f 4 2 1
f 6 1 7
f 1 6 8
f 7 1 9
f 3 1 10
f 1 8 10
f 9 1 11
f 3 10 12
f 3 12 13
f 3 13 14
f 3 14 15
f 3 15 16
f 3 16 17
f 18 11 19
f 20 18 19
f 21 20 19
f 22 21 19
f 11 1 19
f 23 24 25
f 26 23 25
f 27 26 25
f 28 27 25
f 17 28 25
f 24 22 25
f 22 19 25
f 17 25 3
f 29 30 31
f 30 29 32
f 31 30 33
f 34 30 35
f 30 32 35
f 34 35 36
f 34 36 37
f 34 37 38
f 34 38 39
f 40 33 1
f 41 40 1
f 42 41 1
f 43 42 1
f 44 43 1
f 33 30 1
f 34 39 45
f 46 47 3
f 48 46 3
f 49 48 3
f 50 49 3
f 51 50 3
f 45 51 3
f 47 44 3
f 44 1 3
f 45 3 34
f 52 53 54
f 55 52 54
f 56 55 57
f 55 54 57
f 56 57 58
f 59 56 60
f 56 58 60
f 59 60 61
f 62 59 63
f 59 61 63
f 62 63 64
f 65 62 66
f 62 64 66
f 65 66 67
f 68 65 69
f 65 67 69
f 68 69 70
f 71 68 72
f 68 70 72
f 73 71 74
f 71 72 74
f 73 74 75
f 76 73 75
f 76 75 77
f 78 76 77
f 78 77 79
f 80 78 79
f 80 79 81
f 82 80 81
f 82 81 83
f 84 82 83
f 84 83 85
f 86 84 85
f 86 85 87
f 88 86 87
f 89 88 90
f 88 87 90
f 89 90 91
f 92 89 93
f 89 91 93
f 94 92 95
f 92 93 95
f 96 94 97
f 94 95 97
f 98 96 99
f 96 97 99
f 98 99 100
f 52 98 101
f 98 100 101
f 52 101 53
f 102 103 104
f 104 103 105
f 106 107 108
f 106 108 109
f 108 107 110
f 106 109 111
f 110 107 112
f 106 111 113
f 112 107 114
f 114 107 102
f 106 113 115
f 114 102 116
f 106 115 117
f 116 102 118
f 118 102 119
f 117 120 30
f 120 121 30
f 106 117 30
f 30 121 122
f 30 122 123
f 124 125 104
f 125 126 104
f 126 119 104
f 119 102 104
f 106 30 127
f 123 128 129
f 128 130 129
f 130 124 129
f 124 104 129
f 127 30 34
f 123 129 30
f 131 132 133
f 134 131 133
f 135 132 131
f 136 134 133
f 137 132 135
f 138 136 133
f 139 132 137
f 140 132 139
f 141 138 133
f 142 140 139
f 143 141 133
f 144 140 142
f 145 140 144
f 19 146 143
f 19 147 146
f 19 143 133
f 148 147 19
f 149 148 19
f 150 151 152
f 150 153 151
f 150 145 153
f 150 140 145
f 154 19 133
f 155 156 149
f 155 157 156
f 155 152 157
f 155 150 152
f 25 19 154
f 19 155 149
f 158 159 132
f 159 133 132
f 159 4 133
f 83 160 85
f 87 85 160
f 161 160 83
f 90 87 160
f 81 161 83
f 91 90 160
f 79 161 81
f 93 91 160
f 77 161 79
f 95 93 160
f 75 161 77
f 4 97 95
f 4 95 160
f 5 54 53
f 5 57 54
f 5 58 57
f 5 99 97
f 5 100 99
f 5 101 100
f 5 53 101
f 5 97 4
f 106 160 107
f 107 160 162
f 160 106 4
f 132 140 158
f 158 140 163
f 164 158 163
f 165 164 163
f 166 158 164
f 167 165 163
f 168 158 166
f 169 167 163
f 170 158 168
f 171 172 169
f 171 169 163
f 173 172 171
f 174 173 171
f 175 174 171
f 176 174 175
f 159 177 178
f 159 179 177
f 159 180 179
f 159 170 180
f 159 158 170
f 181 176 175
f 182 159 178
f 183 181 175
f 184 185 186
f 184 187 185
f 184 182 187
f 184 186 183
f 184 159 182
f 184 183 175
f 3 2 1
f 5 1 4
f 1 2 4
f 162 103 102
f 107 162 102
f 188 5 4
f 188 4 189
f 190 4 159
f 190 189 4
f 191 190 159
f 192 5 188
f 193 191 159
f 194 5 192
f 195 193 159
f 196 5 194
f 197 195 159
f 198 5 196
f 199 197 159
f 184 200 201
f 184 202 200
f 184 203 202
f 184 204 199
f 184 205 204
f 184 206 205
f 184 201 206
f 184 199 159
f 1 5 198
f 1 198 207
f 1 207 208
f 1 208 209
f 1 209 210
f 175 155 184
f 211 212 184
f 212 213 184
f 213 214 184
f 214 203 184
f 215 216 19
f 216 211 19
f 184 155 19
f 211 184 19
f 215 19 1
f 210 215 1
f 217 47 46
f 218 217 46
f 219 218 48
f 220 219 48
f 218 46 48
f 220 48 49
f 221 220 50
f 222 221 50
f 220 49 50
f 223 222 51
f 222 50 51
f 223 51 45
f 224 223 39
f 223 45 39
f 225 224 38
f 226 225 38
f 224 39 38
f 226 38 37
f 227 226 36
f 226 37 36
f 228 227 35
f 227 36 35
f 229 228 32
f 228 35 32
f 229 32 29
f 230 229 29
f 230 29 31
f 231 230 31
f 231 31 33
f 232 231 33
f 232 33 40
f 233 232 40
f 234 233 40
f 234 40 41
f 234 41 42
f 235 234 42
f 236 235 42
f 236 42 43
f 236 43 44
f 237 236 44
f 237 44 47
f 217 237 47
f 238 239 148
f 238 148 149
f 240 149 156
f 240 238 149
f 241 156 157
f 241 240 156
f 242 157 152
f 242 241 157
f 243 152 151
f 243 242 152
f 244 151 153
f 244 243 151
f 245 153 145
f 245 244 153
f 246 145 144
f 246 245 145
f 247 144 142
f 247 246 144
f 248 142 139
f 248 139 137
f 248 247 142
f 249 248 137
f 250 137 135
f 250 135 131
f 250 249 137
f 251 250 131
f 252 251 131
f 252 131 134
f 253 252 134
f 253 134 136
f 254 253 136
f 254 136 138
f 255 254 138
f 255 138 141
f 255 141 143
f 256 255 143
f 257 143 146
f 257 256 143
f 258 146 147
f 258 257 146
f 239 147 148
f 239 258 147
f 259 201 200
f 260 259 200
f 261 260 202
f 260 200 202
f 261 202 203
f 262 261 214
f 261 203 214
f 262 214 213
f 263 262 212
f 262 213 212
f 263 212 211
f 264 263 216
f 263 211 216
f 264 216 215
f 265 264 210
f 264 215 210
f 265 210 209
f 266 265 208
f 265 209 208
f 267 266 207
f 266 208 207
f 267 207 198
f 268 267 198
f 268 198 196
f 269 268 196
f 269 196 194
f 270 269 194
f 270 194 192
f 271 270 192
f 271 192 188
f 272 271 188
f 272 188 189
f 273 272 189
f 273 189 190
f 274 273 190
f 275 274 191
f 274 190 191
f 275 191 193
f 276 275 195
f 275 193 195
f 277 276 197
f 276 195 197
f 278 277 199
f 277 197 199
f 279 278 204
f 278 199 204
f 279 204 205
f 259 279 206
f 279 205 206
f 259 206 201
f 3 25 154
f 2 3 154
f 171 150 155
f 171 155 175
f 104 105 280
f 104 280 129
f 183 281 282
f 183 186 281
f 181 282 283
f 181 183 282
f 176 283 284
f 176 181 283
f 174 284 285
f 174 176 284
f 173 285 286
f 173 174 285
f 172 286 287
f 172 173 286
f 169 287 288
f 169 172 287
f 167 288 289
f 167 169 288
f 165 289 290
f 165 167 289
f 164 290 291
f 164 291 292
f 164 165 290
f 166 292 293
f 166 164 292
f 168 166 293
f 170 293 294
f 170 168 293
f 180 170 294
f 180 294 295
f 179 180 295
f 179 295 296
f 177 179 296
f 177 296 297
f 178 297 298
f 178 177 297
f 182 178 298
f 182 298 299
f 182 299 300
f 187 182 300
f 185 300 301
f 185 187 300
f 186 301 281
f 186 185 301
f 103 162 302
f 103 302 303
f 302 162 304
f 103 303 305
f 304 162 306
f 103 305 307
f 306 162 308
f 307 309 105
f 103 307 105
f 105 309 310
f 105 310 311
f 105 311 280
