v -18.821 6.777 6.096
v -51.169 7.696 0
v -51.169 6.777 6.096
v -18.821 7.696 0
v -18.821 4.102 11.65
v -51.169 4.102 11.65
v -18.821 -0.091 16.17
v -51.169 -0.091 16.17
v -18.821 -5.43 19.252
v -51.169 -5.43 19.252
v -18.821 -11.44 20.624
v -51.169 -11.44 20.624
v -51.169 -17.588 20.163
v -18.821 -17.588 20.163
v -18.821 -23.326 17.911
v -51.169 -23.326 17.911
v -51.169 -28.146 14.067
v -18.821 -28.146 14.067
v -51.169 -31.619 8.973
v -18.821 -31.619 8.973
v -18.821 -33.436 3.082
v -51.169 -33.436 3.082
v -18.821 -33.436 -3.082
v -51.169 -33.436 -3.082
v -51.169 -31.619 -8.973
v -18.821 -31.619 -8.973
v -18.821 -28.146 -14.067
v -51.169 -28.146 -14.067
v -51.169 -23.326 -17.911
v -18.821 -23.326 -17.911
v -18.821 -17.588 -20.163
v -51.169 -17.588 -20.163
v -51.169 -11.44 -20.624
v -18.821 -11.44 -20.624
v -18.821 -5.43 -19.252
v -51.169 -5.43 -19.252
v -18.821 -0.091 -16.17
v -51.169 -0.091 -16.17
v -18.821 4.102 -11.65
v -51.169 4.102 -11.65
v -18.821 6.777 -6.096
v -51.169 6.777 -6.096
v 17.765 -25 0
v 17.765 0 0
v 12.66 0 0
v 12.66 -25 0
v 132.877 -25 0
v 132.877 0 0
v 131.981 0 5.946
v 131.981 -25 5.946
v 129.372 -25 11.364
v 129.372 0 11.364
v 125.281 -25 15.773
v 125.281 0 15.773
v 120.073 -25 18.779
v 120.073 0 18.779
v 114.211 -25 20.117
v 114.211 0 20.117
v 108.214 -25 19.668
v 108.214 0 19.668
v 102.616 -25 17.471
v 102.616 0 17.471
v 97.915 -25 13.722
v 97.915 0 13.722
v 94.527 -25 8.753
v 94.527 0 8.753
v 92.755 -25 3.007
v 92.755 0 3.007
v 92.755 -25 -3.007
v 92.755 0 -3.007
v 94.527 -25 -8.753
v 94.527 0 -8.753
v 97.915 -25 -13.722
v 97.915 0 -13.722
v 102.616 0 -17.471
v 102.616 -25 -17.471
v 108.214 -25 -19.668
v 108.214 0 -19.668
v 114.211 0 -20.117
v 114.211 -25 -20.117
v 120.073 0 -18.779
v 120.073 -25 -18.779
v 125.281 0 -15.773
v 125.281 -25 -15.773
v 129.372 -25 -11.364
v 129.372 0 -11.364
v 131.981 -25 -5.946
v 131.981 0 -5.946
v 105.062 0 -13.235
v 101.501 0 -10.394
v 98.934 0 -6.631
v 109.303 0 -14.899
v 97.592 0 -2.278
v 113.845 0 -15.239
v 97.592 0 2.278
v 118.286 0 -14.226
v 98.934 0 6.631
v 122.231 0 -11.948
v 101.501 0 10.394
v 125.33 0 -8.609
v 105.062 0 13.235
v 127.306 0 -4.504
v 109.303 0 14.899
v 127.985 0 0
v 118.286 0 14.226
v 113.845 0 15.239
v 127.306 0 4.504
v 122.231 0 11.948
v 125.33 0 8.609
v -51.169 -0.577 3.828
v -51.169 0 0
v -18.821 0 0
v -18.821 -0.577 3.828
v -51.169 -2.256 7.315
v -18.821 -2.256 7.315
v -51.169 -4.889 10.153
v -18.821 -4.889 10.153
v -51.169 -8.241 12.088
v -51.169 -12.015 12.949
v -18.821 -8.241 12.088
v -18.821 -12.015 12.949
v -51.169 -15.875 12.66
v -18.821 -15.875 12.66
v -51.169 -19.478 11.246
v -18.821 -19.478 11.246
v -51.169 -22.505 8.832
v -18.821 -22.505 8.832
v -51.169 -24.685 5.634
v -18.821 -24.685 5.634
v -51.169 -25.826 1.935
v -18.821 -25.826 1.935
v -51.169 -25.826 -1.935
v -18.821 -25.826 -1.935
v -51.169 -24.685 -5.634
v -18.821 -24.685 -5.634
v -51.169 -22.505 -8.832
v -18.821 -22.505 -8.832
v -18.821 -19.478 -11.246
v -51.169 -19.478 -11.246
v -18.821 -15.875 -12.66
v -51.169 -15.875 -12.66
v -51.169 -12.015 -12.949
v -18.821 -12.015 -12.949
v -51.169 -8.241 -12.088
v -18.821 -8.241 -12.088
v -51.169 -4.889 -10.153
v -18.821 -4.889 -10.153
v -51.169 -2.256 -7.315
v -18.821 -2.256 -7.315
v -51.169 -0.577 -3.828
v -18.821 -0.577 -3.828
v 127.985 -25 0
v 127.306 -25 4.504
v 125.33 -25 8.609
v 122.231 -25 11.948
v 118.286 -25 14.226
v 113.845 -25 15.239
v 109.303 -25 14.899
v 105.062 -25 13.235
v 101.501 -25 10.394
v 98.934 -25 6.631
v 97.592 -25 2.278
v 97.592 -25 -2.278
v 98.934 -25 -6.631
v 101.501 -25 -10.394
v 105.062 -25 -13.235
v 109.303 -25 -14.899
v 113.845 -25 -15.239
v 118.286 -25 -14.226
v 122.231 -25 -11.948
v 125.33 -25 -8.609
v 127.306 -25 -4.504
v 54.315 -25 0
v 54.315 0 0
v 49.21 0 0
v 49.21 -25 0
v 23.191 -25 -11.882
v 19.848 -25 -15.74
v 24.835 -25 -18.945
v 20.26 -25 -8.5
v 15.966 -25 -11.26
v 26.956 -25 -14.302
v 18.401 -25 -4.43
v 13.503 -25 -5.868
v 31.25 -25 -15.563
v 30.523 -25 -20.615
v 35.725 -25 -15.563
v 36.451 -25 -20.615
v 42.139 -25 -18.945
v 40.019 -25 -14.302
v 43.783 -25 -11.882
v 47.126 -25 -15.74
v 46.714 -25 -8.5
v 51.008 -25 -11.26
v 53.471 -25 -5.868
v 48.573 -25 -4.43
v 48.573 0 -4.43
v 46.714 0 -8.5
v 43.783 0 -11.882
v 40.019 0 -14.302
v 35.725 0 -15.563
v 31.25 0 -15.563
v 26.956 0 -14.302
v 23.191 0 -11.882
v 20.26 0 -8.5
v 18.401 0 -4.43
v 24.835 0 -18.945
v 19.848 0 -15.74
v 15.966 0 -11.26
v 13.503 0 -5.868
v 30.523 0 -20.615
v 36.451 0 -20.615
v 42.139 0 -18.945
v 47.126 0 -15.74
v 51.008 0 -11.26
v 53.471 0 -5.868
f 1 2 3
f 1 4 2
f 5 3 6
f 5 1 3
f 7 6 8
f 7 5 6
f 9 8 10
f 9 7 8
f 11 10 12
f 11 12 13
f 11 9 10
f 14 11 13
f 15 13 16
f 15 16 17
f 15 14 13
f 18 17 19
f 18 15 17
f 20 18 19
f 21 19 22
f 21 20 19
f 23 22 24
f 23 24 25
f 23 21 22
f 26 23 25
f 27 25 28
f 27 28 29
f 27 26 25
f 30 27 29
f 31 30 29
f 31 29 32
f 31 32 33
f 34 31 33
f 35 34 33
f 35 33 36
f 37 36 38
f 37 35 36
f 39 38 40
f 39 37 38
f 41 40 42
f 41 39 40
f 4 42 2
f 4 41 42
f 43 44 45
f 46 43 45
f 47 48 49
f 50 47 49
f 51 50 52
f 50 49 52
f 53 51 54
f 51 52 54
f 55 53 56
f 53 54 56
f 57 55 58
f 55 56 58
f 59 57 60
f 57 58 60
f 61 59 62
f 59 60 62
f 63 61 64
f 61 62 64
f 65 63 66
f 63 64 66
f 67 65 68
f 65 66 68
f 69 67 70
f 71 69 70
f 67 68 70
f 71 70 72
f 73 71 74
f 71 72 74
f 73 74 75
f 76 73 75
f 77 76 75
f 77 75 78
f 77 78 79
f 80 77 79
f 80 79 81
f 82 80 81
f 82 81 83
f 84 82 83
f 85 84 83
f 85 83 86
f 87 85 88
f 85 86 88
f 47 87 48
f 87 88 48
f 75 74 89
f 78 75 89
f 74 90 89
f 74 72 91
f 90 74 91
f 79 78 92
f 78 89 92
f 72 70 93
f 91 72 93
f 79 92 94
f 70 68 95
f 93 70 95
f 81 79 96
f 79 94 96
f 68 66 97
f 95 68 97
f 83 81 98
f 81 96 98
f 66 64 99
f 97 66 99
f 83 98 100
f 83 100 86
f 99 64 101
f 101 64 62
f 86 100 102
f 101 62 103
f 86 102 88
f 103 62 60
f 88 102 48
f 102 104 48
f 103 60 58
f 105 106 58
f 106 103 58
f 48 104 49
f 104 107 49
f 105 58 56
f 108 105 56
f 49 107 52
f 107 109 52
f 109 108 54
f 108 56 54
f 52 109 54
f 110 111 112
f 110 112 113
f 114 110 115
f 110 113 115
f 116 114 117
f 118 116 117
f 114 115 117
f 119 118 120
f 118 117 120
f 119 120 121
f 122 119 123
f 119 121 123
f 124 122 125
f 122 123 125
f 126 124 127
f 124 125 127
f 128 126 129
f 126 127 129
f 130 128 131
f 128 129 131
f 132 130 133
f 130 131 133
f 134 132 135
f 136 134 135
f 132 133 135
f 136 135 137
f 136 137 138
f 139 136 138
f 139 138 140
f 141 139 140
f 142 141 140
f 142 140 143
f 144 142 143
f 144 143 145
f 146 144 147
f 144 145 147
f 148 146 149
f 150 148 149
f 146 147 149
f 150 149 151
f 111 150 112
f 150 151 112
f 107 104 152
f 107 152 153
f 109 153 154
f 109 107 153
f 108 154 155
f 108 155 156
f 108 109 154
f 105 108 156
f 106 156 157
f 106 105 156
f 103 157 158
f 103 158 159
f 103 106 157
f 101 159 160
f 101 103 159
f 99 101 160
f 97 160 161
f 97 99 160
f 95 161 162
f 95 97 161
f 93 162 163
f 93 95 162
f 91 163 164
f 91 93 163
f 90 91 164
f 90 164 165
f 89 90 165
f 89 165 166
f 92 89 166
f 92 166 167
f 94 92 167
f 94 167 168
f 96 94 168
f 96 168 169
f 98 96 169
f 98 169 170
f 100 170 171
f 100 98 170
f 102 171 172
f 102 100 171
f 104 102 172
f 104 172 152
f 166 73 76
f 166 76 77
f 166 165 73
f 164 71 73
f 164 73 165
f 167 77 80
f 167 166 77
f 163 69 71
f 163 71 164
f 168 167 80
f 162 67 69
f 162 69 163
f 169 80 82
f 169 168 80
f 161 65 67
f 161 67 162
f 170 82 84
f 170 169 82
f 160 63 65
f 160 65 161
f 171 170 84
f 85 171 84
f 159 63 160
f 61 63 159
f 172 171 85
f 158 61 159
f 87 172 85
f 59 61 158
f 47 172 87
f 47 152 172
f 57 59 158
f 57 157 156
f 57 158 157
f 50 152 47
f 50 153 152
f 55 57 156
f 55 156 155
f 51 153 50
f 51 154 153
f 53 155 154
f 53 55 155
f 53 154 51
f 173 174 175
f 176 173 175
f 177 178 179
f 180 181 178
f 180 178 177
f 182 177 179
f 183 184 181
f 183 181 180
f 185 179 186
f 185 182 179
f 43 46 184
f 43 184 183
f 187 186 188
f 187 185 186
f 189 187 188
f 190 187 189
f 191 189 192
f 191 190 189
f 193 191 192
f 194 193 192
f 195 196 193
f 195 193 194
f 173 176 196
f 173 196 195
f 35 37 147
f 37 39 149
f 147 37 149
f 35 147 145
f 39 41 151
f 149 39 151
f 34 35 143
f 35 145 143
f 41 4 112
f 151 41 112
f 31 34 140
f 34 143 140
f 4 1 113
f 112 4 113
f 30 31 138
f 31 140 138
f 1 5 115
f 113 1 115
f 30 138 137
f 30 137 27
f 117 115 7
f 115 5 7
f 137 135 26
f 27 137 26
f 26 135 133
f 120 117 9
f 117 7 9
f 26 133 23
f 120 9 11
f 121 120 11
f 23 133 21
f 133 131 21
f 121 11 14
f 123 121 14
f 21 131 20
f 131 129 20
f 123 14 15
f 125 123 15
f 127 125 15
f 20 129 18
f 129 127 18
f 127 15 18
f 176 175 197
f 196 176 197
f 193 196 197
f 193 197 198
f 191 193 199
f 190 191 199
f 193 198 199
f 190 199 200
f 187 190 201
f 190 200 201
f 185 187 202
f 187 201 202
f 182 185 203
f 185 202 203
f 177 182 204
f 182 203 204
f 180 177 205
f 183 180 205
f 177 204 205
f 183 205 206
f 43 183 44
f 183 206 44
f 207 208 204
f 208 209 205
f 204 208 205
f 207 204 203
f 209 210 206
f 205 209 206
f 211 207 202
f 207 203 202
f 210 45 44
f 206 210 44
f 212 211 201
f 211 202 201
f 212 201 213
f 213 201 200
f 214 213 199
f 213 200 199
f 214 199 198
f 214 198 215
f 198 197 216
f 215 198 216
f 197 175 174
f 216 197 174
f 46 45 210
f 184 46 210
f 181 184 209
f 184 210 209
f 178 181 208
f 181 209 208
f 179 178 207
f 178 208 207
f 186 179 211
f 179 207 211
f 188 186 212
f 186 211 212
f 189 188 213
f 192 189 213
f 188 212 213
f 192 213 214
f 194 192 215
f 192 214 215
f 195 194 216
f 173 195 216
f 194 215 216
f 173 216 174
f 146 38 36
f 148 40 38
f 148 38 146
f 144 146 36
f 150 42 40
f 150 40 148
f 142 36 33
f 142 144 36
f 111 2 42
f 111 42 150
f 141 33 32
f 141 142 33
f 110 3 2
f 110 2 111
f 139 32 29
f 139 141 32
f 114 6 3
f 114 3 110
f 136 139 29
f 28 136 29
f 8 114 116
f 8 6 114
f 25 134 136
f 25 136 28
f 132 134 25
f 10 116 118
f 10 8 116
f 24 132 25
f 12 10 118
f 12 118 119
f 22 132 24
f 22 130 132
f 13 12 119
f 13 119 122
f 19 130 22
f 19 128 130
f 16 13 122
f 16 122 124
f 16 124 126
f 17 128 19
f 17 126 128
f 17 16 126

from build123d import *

# Parameters (mm, degrees)
F0_W     = 32.3487
F0_H     = 7.696051
F3_DEPTH = 25
F4_R     = 20.173866
F4_R_2   = 15.282004
F5_DEPTH = 25


with BuildPart() as f1:
    # F0 (on Top) → F1 (revolve)
    with BuildSketch(Plane.XY):
        with Locations((-34.994926, 3.848025)):
            Rectangle(F0_W, F0_H)
    revolve(axis=Axis((-34.709183, -12.985609, 0), (1, 0, 0)))


with BuildPart() as f3:
    # F2 (on Front) → F3 (new body)
    with BuildSketch(Plane.XZ):
        with BuildLine():
            ThreePointArc((12.659758, 0), (33.487156, -20.827398), (54.314554, 0))
            Line((54.314554, 0), (49.209803, 0))
            ThreePointArc((49.209803, 0), (33.487156, -15.722647), (17.764509, 0))
            Line((17.764509, 0), (12.659758, 0))
        make_face()
    extrude(amount=F3_DEPTH)


with BuildPart() as f5:
    # F4 (on Front) → F5 (new body)
    with BuildSketch(Plane.XZ):
        with Locations((112.703085, 0)):
            Circle(F4_R)
        with Locations((112.703085, 0)):
            Circle(F4_R_2, mode=Mode.SUBTRACT)
    extrude(amount=F5_DEPTH)


solid = Compound([f1.part, f3.part, f5.part])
********
Please transcribe exactly the lines above from the line that has "f 252 131 134" up to and including the line that has "v -18.821 6.777 6.096"; no other line belongs in the answer.

Written reply =
f 252 131 134
f 253 252 134
f 253 134 136
f 254 253 136
f 254 136 138
f 255 254 138
f 255 138 141
f 255 141 143
f 256 255 143
f 257 143 146
f 257 256 143
f 258 146 147
f 258 257 146
f 239 147 148
f 239 258 147
f 259 201 200
f 260 259 200
f 261 260 202
f 260 200 202
f 261 202 203
f 262 261 214
f 261 203 214
f 262 214 213
f 263 262 212
f 262 213 212
f 263 212 211
f 264 263 216
f 263 211 216
f 264 216 215
f 265 264 210
f 264 215 210
f 265 210 209
f 266 265 208
f 265 209 208
f 267 266 207
f 266 208 207
f 267 207 198
f 268 267 198
f 268 198 196
f 269 268 196
f 269 196 194
f 270 269 194
f 270 194 192
f 271 270 192
f 271 192 188
f 272 271 188
f 272 188 189
f 273 272 189
f 273 189 190
f 274 273 190
f 275 274 191
f 274 190 191
f 275 191 193
f 276 275 195
f 275 193 195
f 277 276 197
f 276 195 197
f 278 277 199
f 277 197 199
f 279 278 204
f 278 199 204
f 279 204 205
f 259 279 206
f 279 205 206
f 259 206 201
f 3 25 154
f 2 3 154
f 171 150 155
f 171 155 175
f 104 105 280
f 104 280 129
f 183 281 282
f 183 186 281
f 181 282 283
f 181 183 282
f 176 283 284
f 176 181 283
f 174 284 285
f 174 176 284
f 173 285 286
f 173 174 285
f 172 286 287
f 172 173 286
f 169 287 288
f 169 172 287
f 167 288 289
f 167 169 288
f 165 289 290
f 165 167 289
f 164 290 291
f 164 291 292
f 164 165 290
f 166 292 293
f 166 164 292
f 168 166 293
f 170 293 294
f 170 168 293
f 180 170 294
f 180 294 295
f 179 180 295
f 179 295 296
f 177 179 296
f 177 296 297
f 178 297 298
f 178 177 297
f 182 178 298
f 182 298 299
f 182 299 300
f 187 182 300
f 185 300 301
f 185 187 300
f 186 301 281
f 186 185 301
f 103 162 302
f 103 302 303
f 302 162 304
f 103 303 305
f 304 162 306
f 103 305 307
f 306 162 308
f 307 309 105
f 103 307 105
f 105 309 310
f 105 310 311
f 105 311 280
v -18.821 6.777 6.096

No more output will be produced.